Scope, life and storage of auto storage class in C:

auto variables are nothing but, local or automatic variables of any function. Scope, life and storage of auto variables is same as scope, life and storage of local or internal variables.
Scope: limited to the home function
Life: appears as control enters into the function and disappears on completion of function execution
Storage: In stack memory which is private to the function.
Default value: Garbage value

Note: Refer 10.2 – Internal or local variables in C session for detailed explanation and example programs on local variables. In all the example programs, you can use auto storage class specifier with every variable declaration statement.

extern storage class in C language:

Variables defined out side the functions are called external or global variables. These variables can be accessed from the functions which are down to their definition but, can’t be accessed from the functions which are above to their definition. Let us recall an example from the previous session 10.3 – External or global variables scope.

Example:

/* scope of external variables */
#include<stdio.h>
void display();
int main()
{
 printf("x=%d",x);
 display();
 printf("\nx=%d",x);
 return 0;
}
int x=10;         /* defining external variable  */
void display()
{
 printf("\nx=%d",x);
 x=x+50;
}

Output:
Error: undefined symbol “x” in function main().

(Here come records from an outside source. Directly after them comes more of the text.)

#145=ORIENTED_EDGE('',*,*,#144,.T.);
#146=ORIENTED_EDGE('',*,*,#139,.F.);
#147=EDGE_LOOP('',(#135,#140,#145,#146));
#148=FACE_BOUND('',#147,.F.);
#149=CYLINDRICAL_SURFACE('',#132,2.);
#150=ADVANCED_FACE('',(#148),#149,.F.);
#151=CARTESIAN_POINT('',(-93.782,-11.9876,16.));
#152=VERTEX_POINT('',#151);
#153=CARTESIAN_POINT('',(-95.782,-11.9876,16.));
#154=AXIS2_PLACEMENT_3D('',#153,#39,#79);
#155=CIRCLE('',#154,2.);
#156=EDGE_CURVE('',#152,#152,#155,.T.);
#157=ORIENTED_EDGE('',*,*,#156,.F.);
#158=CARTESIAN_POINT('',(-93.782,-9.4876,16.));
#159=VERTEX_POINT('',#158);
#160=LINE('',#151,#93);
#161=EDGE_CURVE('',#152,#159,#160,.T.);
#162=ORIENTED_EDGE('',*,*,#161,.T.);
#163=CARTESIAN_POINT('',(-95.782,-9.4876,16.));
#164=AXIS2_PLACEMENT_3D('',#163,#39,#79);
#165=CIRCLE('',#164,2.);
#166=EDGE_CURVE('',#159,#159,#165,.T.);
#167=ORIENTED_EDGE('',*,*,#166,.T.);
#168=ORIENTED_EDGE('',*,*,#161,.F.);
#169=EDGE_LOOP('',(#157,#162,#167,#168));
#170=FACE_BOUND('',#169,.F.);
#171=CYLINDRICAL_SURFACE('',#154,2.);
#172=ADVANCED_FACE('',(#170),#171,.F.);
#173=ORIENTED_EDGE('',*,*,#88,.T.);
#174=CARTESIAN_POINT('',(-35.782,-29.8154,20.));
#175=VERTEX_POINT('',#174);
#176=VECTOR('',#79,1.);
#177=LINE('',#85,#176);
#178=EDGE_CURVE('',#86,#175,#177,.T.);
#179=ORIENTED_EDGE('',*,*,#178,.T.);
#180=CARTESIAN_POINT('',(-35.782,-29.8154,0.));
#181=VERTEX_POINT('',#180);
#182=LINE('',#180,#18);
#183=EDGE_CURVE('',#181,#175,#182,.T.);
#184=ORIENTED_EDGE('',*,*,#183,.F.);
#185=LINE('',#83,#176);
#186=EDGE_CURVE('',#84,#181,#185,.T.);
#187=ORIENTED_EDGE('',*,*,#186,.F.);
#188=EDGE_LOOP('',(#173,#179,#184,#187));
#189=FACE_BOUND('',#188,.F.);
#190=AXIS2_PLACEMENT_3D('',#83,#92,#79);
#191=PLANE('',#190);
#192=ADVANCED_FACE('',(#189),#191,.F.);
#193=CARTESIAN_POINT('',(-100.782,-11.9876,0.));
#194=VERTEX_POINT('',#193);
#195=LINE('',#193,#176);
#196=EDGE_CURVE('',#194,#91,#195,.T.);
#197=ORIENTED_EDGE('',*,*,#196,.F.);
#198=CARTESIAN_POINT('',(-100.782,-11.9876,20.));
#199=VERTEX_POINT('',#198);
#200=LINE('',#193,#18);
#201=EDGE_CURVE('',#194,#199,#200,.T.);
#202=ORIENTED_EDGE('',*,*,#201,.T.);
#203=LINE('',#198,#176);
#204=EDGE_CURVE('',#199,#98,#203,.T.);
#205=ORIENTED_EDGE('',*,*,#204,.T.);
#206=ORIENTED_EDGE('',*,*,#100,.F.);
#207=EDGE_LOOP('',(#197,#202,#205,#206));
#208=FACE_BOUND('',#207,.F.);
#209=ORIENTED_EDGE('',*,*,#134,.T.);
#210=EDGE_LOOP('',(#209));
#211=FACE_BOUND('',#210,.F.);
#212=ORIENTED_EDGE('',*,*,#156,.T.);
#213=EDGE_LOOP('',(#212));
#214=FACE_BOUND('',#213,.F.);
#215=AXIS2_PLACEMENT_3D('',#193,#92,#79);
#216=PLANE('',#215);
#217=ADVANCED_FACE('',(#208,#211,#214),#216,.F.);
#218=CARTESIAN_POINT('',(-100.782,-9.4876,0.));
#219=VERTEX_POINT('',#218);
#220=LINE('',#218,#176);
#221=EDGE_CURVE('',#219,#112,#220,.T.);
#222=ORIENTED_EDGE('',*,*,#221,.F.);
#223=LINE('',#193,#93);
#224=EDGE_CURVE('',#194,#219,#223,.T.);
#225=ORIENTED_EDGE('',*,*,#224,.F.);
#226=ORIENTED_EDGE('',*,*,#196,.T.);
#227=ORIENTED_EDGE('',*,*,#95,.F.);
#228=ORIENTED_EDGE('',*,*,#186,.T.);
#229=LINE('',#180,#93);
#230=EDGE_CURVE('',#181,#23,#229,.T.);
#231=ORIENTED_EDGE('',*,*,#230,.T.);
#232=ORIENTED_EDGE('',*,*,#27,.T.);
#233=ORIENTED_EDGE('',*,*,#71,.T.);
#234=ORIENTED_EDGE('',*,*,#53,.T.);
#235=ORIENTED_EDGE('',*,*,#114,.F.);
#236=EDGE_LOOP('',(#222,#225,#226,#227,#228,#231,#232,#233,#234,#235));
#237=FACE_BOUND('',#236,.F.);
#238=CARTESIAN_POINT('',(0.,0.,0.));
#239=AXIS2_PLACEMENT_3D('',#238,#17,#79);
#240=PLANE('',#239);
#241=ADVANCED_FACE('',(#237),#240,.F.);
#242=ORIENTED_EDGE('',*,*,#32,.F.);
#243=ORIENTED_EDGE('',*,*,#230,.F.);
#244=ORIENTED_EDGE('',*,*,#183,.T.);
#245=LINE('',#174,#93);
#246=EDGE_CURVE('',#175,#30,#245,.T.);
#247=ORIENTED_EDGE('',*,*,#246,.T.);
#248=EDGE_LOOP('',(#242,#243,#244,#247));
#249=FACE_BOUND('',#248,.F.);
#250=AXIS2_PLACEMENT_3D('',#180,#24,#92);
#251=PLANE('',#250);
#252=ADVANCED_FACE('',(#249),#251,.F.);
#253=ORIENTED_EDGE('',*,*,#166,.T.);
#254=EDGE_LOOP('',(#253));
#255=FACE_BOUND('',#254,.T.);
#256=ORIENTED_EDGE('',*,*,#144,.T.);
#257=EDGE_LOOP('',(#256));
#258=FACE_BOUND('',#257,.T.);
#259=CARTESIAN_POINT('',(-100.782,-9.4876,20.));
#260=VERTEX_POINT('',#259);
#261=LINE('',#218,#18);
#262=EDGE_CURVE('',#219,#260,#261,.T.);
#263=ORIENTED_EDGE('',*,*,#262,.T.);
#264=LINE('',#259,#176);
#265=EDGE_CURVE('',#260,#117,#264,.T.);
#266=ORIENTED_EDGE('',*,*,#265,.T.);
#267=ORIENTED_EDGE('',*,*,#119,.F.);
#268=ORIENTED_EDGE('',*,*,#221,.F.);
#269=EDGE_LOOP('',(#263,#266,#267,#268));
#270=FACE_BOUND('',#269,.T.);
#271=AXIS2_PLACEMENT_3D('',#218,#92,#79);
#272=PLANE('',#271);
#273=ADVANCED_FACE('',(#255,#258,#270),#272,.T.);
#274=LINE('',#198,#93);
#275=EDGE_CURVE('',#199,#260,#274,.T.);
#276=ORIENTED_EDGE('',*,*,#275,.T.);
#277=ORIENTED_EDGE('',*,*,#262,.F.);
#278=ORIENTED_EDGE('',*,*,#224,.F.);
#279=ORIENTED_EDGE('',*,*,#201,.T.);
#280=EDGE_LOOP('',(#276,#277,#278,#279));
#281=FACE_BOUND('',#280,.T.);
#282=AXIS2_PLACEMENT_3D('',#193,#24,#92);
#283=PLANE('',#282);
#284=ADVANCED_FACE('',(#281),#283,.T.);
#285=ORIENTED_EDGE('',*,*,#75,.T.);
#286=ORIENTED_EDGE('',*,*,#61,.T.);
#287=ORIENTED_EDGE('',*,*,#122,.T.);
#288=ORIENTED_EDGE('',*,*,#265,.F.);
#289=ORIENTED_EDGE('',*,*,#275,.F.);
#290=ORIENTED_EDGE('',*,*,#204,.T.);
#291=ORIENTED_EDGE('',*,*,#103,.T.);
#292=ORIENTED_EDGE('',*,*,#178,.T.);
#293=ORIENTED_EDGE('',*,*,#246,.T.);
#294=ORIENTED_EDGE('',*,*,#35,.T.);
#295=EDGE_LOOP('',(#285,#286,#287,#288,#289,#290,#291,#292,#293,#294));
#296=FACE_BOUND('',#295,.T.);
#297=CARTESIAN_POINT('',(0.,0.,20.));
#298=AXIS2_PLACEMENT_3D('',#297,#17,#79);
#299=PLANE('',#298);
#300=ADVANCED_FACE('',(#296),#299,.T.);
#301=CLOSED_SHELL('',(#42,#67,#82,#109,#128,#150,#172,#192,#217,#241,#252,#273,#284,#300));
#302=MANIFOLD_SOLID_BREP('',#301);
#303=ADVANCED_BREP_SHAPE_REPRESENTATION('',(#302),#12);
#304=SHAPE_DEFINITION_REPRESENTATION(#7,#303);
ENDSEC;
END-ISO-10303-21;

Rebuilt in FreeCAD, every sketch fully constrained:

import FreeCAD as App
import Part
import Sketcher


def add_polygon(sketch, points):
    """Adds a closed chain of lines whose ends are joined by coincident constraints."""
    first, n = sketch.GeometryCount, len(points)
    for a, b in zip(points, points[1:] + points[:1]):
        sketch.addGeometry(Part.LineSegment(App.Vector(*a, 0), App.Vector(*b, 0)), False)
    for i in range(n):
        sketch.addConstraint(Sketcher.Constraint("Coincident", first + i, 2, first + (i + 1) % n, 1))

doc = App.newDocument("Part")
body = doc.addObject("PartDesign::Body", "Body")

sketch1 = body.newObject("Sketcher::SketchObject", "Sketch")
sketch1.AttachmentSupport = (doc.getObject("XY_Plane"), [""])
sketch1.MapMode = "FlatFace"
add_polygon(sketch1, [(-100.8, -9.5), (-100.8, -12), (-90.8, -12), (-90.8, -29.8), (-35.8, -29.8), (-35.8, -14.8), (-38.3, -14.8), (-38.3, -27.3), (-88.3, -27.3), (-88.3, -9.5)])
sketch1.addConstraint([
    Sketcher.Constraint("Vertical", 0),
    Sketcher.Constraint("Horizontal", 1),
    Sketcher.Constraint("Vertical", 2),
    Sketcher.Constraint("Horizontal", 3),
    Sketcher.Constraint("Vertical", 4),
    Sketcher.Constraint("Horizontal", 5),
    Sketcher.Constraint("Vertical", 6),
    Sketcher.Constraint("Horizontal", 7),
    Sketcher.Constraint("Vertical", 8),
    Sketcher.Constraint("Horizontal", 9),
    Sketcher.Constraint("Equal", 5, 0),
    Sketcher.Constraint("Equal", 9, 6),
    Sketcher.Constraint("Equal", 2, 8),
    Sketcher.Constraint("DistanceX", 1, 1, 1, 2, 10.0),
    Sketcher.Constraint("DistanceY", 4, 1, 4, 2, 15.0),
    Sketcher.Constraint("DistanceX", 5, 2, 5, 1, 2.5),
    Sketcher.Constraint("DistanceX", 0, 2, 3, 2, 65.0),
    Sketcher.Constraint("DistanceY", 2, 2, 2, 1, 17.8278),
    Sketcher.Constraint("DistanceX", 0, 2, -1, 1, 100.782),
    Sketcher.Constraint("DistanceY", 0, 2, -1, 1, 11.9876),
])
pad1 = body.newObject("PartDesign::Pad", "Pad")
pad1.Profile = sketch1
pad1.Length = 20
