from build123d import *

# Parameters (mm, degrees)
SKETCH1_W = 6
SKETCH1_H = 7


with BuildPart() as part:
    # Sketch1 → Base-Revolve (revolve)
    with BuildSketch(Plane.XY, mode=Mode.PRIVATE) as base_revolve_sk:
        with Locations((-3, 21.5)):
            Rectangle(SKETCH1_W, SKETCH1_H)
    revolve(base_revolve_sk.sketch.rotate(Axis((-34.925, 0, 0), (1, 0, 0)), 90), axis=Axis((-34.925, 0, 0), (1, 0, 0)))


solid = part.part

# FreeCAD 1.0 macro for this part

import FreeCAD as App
import Part
import Sketcher
from FreeCAD import Vector

doc = App.newDocument("Part")
body = doc.addObject("PartDesign::Body", "Body")

sketch1 = body.newObject("Sketcher::SketchObject", "Sketch")
sketch1.AttachmentSupport = (doc.getObject("XY_Plane"), [""])
sketch1.MapMode = "FlatFace"
sketch1.addGeometry([
    Part.LineSegment(Vector(-6, 25, 0), Vector(-6, 18, 0)),
    Part.LineSegment(Vector(-6, 18, 0), Vector(0, 18, 0)),
    Part.LineSegment(Vector(0, 18, 0), Vector(0, 25, 0)),
    Part.LineSegment(Vector(0, 25, 0), Vector(-6, 25, 0)),
], False)
sketch1.addConstraint([
    Sketcher.Constraint("Coincident", 0, 2, 1, 1),
    Sketcher.Constraint("Coincident", 1, 2, 2, 1),
    Sketcher.Constraint("Coincident", 2, 2, 3, 1),
    Sketcher.Constraint("Coincident", 3, 2, 0, 1),
    Sketcher.Constraint("Vertical", 0),
    Sketcher.Constraint("Horizontal", 1),
    Sketcher.Constraint("Vertical", 2),
    Sketcher.Constraint("Horizontal", 3),
    Sketcher.Constraint("PointOnObject", 1, 2, -2),
    Sketcher.Constraint("DistanceX", 1, 1, 1, 2, 6.0),
    Sketcher.Constraint("DistanceY", 0, 2, 0, 1, 7.0),
    Sketcher.Constraint("DistanceY", -1, 1, 0, 2, 18.0),
])
revolution = body.newObject("PartDesign::Revolution", "Revolution")
revolution.Profile = sketch1
revolution.ReferenceAxis = (sketch1, ["H_Axis"])
revolution.Angle = 360

doc.recompute()
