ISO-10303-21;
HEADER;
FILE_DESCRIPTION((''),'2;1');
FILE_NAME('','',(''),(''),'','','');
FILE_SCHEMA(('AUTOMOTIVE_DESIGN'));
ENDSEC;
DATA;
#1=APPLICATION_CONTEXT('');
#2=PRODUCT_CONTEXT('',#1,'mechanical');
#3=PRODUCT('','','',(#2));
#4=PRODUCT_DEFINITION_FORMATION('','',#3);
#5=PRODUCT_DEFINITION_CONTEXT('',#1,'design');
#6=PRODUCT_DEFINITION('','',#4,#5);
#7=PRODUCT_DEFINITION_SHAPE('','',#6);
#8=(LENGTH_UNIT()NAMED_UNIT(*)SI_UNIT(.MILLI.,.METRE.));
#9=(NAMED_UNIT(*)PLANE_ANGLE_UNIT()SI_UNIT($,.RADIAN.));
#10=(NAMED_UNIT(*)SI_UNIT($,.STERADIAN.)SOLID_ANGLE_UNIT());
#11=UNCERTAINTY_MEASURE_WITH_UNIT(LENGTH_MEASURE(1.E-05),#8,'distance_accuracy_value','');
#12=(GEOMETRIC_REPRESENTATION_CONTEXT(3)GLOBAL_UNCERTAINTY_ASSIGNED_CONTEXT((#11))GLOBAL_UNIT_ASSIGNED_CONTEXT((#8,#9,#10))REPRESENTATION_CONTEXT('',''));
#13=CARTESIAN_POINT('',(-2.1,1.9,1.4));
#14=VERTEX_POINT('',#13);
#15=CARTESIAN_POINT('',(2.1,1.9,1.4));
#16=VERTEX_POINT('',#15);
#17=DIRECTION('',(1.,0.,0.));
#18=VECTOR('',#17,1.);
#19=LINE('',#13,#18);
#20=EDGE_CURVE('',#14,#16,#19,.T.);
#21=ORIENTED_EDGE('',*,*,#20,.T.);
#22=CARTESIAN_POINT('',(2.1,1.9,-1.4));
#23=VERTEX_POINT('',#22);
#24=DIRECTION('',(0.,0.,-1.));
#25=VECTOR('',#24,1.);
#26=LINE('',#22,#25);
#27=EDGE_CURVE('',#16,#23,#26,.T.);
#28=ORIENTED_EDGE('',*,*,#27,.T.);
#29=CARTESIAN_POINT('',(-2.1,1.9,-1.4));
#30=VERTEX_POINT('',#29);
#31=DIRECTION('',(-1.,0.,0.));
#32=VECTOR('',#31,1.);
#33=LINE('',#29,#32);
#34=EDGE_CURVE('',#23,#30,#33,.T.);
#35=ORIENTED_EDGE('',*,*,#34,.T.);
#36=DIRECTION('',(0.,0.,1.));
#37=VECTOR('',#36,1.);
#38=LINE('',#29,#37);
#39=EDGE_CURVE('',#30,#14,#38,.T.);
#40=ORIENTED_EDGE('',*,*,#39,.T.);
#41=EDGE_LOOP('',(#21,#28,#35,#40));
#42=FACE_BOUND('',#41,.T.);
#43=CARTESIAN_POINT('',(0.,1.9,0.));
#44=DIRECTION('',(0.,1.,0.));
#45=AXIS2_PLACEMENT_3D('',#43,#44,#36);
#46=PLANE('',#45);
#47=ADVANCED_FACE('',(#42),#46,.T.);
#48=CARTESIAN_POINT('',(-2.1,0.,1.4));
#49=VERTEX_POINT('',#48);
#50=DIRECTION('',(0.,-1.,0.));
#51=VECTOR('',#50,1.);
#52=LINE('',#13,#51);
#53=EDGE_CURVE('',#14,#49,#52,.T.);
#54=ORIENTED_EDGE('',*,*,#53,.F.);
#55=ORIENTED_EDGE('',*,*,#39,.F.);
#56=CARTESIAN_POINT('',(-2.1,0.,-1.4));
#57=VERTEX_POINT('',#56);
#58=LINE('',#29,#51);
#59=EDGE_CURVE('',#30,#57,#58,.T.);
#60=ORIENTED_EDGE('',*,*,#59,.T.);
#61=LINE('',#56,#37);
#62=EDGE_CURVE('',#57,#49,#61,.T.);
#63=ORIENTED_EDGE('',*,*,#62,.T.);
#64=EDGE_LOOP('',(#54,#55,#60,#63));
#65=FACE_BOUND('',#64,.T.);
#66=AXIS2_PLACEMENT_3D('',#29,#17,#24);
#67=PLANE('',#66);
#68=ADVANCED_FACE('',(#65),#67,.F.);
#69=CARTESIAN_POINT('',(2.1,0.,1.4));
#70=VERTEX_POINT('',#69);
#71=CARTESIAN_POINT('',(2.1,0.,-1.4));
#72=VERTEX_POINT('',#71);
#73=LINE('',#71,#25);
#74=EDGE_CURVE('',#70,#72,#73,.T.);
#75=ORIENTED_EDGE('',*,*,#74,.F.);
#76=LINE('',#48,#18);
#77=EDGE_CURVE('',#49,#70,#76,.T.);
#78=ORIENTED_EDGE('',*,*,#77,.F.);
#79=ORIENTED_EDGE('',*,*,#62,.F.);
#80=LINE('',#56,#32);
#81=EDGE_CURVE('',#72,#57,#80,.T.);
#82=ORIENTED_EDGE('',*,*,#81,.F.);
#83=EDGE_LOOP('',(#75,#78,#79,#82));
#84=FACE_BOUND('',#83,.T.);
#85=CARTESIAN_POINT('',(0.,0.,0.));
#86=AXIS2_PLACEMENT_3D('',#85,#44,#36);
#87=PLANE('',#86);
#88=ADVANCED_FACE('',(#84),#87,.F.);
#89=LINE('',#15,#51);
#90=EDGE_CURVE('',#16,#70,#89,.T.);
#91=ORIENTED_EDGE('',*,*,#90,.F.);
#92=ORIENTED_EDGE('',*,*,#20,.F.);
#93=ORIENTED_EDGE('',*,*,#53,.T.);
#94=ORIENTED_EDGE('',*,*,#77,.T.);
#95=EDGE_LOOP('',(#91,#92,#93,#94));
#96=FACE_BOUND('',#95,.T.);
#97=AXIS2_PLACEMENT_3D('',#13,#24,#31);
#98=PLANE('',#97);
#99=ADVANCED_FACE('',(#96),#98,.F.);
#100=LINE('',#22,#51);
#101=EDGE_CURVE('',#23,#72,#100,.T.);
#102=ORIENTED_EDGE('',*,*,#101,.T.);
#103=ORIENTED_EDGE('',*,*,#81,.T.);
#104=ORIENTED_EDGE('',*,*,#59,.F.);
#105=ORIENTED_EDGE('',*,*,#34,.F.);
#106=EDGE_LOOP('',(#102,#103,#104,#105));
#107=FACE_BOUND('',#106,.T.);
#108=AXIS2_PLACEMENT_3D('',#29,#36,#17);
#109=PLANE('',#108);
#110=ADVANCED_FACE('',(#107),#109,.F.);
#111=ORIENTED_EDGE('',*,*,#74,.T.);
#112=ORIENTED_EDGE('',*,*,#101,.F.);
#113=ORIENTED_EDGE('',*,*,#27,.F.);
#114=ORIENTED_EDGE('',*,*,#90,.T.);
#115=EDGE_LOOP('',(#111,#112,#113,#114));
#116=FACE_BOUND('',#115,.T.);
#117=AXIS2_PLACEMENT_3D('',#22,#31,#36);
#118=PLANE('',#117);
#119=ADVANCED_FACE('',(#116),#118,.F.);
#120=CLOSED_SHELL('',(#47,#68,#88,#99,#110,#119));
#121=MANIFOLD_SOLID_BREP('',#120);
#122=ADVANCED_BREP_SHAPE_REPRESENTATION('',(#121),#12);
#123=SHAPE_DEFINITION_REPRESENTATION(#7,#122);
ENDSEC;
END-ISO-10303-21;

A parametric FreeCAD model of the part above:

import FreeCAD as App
import Part
import Sketcher

doc = App.newDocument("Part")
body = doc.addObject("PartDesign::Body", "Body")

sketch1 = doc.addObject("Sketcher::SketchObject", "Sketch")
body.addObject(sketch1)
sketch1.AttachmentSupport = (doc.XZ_Plane, [""])
sketch1.MapMode = "FlatFace"
sketch1.addGeometry([
    Part.LineSegment(App.Vector(-2.1, -1.4, 0), App.Vector(-2.1, 1.4, 0)),
    Part.LineSegment(App.Vector(-2.1, 1.4, 0), App.Vector(2.1, 1.4, 0)),
    Part.LineSegment(App.Vector(2.1, 1.4, 0), App.Vector(2.1, -1.4, 0)),
    Part.LineSegment(App.Vector(2.1, -1.4, 0), App.Vector(-2.1, -1.4, 0)),
], False)
sketch1.addConstraint([
    Sketcher.Constraint("Coincident", 0, 2, 1, 1),
    Sketcher.Constraint("Coincident", 1, 2, 2, 1),
    Sketcher.Constraint("Coincident", 2, 2, 3, 1),
    Sketcher.Constraint("Coincident", 3, 2, 0, 1),
    Sketcher.Constraint("Vertical", 0),
    Sketcher.Constraint("Horizontal", 1),
    Sketcher.Constraint("Vertical", 2),
    Sketcher.Constraint("Horizontal", 3),
    Sketcher.Constraint("Symmetric", 0, 2, 2, 2, -1, 1),
    Sketcher.Constraint("DistanceX", 1, 1, 1, 2, 4.2),
    Sketcher.Constraint("DistanceY", 0, 1, 0, 2, 2.8),
])
pad1 = doc.addObject("PartDesign::Pad", "Pad")
body.addObject(pad1)
pad1.Profile = sketch1
pad1.Length = 1.9
pad1.Reversed = True

doc.recompute()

Here in this example, x is an external variable because declared outside both the function main() and display().
Because it is defined below to the main() and above to the display(), It is global to display() but, not to the main(). Hence x can’t be accessed from the main(), which results error.

It can be rectified by declaring the external variable x in the main() using the storage class specifier extern. It informs the compiler that, x is an external variable defined some where else in the code and capable to get into the main().

Example:

/* scope of external variables */
#include<stdio.h>
void display();
int main()
{
 extern int x;          /* declaration of extern variable */
 printf("x=%d",x);
 display();
 printf("\nx=%d",x);
 return 0;
}
int x=10;               /* defining external variable  */
void display()
{
 printf("\nx=%d",x);
 x=x+50;
}

Output:
x=10
x=10
x=60

Example explained:

extending scope of external variables

Generally scope of “x” is limited to the function display(). As “x” is declared with storage class specifier extern, its visibility is extended to main() also.

Example:

#include<stdio.h>
void first();
void second();
int main()
{
 extern int x;                   /* declaration in main() */
 first();
 second();
 printf("\nx=%d",x);
 return 0;
}
void first()
{
 extern int x;      /* declaration in first()  */
 printf("x=%d",x);
 x=x+10;
}
int x=10;          /* definition of external variable */
void second()
{
 printf("\nx=%d",x);
 x=x+10;
}

Output:
x=10
x=20
x=30

Example explained:
In the above example, “x” can be accessed only from the second() but not from any other functions as it is defined above to the function second() and below to the functions main() and first()
If we declare “extern int x;” before the main() then x can be accessed from all the functions above from the definition.
If we want to access “x” from any particular function then extern declaration is done only in that particular function.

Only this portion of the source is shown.